# Lire sur iPad une carte mémoire



## aliali (30 Janvier 2015)

En utilisant l’adaptateur lightning carte mémoire d’Apple peut on lire , sur iPad Air 2, une carte mémoire dont le contenu a été enregistré , non pas à partir d'un appareil photo, mais d'un ordinateur ? 
Cas par exemple de photos  réenregistrées  après retouches en JPG , ou de vidéos enregistrées en mov ou en MP4 ?


----------



## cillab (30 Janvier 2015)

NON EN GRAND  l'orsque tu branchera ton ligning il va te dire  trop puissant aucune lecture possible


----------



## lineakd (30 Janvier 2015)

@aliali, il faut qu'un dossier dcim soit crée dans la carte mémoire pour y mettre les photos et les vidéos. Tu pourras importer ces fichiers pour pouvoir les lire sur tablette.

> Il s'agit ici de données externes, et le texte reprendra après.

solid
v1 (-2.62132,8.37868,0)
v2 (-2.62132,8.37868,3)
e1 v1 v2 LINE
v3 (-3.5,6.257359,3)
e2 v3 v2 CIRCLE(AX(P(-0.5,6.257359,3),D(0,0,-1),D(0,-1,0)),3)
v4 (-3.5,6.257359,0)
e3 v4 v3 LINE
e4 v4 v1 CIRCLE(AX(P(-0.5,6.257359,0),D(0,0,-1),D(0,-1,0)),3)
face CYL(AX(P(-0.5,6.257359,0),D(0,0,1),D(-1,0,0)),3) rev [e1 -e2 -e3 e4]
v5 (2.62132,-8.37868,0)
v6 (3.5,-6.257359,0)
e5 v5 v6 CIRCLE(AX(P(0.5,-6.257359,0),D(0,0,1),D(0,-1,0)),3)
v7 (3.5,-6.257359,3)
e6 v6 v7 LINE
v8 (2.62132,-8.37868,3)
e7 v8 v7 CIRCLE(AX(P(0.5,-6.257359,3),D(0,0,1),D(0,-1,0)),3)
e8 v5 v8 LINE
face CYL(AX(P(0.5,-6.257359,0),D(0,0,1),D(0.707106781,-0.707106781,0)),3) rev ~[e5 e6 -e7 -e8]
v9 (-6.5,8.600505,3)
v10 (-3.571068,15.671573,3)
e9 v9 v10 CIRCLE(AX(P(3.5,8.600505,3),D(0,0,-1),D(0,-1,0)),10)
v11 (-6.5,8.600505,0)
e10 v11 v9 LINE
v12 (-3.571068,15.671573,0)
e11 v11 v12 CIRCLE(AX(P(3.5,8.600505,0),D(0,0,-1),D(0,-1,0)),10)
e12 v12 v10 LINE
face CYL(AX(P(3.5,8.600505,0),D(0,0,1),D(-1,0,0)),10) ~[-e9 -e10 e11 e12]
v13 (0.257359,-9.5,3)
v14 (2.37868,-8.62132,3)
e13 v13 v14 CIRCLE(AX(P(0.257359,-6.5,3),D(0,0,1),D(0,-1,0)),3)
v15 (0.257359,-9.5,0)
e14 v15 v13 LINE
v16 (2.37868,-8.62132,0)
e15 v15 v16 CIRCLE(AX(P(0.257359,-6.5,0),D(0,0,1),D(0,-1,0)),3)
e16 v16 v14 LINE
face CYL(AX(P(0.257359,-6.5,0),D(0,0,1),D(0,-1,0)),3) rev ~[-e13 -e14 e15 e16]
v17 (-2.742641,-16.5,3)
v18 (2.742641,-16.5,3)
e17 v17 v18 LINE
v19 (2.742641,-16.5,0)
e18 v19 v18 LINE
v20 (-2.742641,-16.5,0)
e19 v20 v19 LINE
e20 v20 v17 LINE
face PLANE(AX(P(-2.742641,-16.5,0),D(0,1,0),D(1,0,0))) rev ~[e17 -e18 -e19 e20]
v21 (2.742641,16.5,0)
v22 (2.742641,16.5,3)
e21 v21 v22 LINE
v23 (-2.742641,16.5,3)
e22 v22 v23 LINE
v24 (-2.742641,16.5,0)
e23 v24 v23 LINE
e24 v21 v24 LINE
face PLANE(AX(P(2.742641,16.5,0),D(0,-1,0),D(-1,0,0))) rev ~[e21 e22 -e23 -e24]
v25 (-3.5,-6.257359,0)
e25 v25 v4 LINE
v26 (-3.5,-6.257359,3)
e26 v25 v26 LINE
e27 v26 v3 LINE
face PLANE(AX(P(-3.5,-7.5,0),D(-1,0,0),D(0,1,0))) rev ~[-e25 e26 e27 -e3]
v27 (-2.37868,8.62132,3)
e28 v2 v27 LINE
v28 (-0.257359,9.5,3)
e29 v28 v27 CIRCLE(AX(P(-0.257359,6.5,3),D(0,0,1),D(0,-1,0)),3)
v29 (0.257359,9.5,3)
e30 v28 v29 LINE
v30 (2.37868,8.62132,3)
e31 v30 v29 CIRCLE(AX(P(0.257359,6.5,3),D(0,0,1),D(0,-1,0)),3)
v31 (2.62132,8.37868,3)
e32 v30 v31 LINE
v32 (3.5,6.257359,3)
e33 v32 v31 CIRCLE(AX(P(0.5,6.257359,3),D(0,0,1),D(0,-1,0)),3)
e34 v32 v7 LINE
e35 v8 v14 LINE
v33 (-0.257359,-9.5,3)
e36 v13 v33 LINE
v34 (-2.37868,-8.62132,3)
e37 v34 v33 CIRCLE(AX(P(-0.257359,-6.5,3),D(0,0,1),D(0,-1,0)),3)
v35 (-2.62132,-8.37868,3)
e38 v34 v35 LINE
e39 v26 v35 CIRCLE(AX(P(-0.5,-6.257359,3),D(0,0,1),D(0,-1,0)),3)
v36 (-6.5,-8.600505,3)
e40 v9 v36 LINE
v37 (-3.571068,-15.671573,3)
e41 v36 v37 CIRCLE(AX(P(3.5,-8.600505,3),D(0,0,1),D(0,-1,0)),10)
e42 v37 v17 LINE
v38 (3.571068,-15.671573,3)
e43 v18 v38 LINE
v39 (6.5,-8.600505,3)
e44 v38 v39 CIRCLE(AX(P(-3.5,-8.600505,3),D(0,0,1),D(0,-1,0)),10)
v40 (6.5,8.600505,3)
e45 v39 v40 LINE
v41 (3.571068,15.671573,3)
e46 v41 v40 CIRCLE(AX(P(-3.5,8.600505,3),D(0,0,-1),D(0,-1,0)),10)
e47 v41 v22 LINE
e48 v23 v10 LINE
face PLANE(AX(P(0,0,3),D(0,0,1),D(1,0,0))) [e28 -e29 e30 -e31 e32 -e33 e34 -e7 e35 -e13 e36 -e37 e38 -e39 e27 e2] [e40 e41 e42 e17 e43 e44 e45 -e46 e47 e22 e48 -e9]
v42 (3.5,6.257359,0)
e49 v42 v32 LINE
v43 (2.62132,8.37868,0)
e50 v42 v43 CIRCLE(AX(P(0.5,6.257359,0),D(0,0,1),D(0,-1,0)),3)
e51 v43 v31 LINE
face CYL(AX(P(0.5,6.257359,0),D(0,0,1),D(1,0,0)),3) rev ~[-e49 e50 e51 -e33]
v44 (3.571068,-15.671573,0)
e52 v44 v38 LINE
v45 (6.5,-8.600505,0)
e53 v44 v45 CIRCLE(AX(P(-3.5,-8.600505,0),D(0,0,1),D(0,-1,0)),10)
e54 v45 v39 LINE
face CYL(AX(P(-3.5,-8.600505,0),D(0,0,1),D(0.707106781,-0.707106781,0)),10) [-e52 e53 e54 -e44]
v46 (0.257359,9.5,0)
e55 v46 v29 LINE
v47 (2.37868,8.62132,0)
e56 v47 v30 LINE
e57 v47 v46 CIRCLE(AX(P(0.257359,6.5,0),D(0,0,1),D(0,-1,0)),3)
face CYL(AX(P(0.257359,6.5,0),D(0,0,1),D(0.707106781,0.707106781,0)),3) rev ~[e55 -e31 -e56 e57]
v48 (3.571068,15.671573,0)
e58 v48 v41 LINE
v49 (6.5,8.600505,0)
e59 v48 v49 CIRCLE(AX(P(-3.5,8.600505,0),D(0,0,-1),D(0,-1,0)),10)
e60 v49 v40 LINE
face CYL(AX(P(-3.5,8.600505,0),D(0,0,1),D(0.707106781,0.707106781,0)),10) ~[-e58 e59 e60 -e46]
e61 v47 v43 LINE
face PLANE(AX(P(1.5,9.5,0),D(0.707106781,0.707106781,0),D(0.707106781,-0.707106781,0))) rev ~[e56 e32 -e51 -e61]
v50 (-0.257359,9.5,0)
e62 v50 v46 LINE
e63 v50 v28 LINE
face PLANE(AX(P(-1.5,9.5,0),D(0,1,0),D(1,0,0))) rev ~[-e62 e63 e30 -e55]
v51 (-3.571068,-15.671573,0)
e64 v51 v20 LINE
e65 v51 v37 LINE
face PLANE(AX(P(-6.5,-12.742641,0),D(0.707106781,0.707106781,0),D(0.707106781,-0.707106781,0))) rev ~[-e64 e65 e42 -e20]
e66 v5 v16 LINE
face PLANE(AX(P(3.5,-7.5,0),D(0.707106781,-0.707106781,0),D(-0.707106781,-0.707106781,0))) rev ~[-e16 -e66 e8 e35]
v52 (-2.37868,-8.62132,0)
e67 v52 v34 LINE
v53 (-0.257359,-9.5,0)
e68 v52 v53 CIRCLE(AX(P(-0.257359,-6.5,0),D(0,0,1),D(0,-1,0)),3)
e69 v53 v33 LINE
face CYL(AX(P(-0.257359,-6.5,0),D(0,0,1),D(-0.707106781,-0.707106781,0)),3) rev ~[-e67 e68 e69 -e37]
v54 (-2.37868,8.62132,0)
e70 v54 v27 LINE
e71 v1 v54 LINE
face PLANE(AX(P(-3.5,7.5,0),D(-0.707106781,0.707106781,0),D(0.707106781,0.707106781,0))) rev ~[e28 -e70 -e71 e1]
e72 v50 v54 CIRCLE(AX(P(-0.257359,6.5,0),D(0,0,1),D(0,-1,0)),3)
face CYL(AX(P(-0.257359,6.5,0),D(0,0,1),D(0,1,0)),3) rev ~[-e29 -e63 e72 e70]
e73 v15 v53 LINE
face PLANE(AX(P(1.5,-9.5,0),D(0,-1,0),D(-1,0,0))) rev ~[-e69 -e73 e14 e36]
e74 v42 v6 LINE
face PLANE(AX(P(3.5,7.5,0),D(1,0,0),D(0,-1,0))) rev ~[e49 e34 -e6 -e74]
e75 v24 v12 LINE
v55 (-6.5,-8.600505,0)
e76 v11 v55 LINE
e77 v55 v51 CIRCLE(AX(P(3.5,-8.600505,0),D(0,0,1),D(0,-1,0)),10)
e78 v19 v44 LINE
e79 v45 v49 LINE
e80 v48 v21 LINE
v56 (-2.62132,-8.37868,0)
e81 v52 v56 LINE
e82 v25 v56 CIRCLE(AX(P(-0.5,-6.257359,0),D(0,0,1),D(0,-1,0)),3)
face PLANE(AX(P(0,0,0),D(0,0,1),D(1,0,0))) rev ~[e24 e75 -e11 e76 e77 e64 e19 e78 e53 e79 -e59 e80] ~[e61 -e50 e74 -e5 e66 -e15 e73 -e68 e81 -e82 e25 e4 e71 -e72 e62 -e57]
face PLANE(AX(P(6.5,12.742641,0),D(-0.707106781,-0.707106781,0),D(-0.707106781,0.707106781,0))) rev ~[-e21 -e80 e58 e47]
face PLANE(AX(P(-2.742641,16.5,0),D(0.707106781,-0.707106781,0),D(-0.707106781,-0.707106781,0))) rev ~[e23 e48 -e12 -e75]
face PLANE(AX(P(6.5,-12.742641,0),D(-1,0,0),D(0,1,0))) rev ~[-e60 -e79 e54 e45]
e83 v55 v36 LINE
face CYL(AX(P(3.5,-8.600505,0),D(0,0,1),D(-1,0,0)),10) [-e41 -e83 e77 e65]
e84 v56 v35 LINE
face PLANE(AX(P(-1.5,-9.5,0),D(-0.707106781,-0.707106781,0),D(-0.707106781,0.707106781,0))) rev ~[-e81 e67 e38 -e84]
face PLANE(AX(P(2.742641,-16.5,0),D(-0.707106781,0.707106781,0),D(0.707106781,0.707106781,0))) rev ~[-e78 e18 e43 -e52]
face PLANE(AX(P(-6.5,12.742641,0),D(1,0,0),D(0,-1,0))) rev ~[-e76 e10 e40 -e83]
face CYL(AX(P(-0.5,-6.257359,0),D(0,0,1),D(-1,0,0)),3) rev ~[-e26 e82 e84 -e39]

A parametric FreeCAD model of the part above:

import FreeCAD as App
import Part
import Sketcher
from FreeCAD import Vector
Q = App.Units.Quantity


def edges_at(feature, points):
    """Names of the edges that pass closest to the given points."""
    edges = feature.Shape.Edges
    near = lambda p: min(range(len(edges)), key=lambda i: edges[i].distToShape(Part.Vertex(*p))[0])
    return sorted({f"Edge{near(p) + 1}" for p in points})


def add_polygon(sketch, points):
    """Adds a closed chain of lines whose ends are joined by coincident constraints."""
    first, n = sketch.GeometryCount, len(points)
    for a, b in zip(points, points[1:] + points[:1]):
        sketch.addGeometry(Part.LineSegment(App.Vector(*a, 0), App.Vector(*b, 0)), False)
    for i in range(n):
        sketch.addConstraint(Sketcher.Constraint("Coincident", first + i, 2, first + (i + 1) % n, 1))

doc = App.newDocument("Part")
body = doc.addObject("PartDesign::Body", "Body")

# Sketch on XY plane
sketch1 = body.newObject("Sketcher::SketchObject", "Sketch")
sketch1.AttachmentSupport = (doc.getObject("XY_Plane"), [""])
sketch1.MapMode = "FlatFace"
add_polygon(sketch1, [(-6.5, 12.742641), (-6.5, -12.742641), (-2.742641, -16.5), (2.742641, -16.5), (6.5, -12.742641), (6.5, 12.742641), (2.742641, 16.5), (-2.742641, 16.5)])  # lines 0-7
add_polygon(sketch1, [(-3.5, -7.5), (-3.5, 7.5), (-1.5, 9.5), (1.5, 9.5), (3.5, 7.5), (3.5, -7.5), (1.5, -9.5), (-1.5, -9.5)])  # lines 8-15
sketch1.addConstraint([
    Sketcher.Constraint("Vertical", 0),
    Sketcher.Constraint("Horizontal", 2),
    Sketcher.Constraint("Vertical", 4),
    Sketcher.Constraint("Horizontal", 6),
    Sketcher.Constraint("Vertical", 8),
    Sketcher.Constraint("Horizontal", 10),
    Sketcher.Constraint("Vertical", 12),
    Sketcher.Constraint("Horizontal", 14),
    Sketcher.Constraint("Symmetric", 0, 2, 4, 2, -1, 1),
    Sketcher.Constraint("Symmetric", 1, 2, 5, 2, -1, 1),
    Sketcher.Constraint("Symmetric", 8, 2, 12, 2, -1, 1),
    Sketcher.Constraint("Symmetric", 9, 2, 13, 2, -1, 1),
    Sketcher.Constraint("Perpendicular", 1, 3),
    Sketcher.Constraint("Perpendicular", 5, 7),
    Sketcher.Constraint("Parallel", 7, 9),
    Sketcher.Constraint("Perpendicular", 9, 11),
    Sketcher.Constraint("Perpendicular", 13, 15),
    Sketcher.Constraint("Horizontal", 0, 2, 3, 2),
    Sketcher.Constraint("Horizontal", 4, 2, 7, 2),
    Sketcher.Constraint("Horizontal", 8, 2, 11, 2),
    Sketcher.Constraint("Horizontal", 12, 2, 15, 2),
    Sketcher.Constraint("Vertical", 2, 2, 5, 2),
    Sketcher.Constraint("DistanceX", 10, 1, 10, 2, Q("3 mm")),
    Sketcher.Constraint("DistanceY", 8, 1, 8, 2, Q("15 mm")),
    Sketcher.Constraint("DistanceX", 0, 2, 3, 2, Q("13 mm")),
    Sketcher.Constraint("DistanceY", 2, 2, 5, 2, Q("33 mm")),
    Sketcher.Constraint("DistanceX", 7, 2, 8, 2, Q("3 mm")),
    Sketcher.Constraint("DistanceX", 2, 1, 2, 2, Q("5.485282 mm")),
])
pad1 = body.newObject("PartDesign::Pad", "Pad")
pad1.Profile = sketch1
pad1.Length = 3
doc.recompute()

fillet = body.newObject("PartDesign::Fillet", "Fillet")
fillet.Base = (pad1, edges_at(pad1, [
    (-3.5, 7.5, 1.5),
    (3.5, 7.5, 1.5),
    (3.5, -7.5, 1.5),
    (-3.5, -7.5, 1.5),
    (-1.5, 9.5, 1.5),
    (1.5, 9.5, 1.5),
    (1.5, -9.5, 1.5),
    (-1.5, -9.5, 1.5),
]))
fillet.Radius = 3
doc.recompute()

fillet2 = body.newObject("PartDesign::Fillet", "Fillet001")
fillet2.Base = (fillet, edges_at(fillet, [
    (-6.5, 12.743, 1.5),
    (6.5, 12.743, 1.5),
    (6.5, -12.743, 1.5),
    (-6.5, -12.743, 1.5),
]))
fillet2.Radius = 10

doc.recompute()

Si problème, regarde du côté de la numérotation de fichiers.
Il y a une vieille discussion sur le même sujet sur le forum mais je n'ai réussi à la trouver


----------



## aliali (2 Février 2015)

lineakd a dit:


> @aliali, il faut qu'un dossier dcim soit crée dans la carte mémoire pour y mettre les photos et les vidéos. Tu pourras importer ces fichiers pour pouvoir les lire sur tablette. Si problème, regarde du côté de la numérotation de fichiers.
> Il y a une vieille discussion sur le même sujet sur le forum mais je n'ai réussi à la trouver


Merci beaucoup Lineakd vous avez résolu mon problème.


----------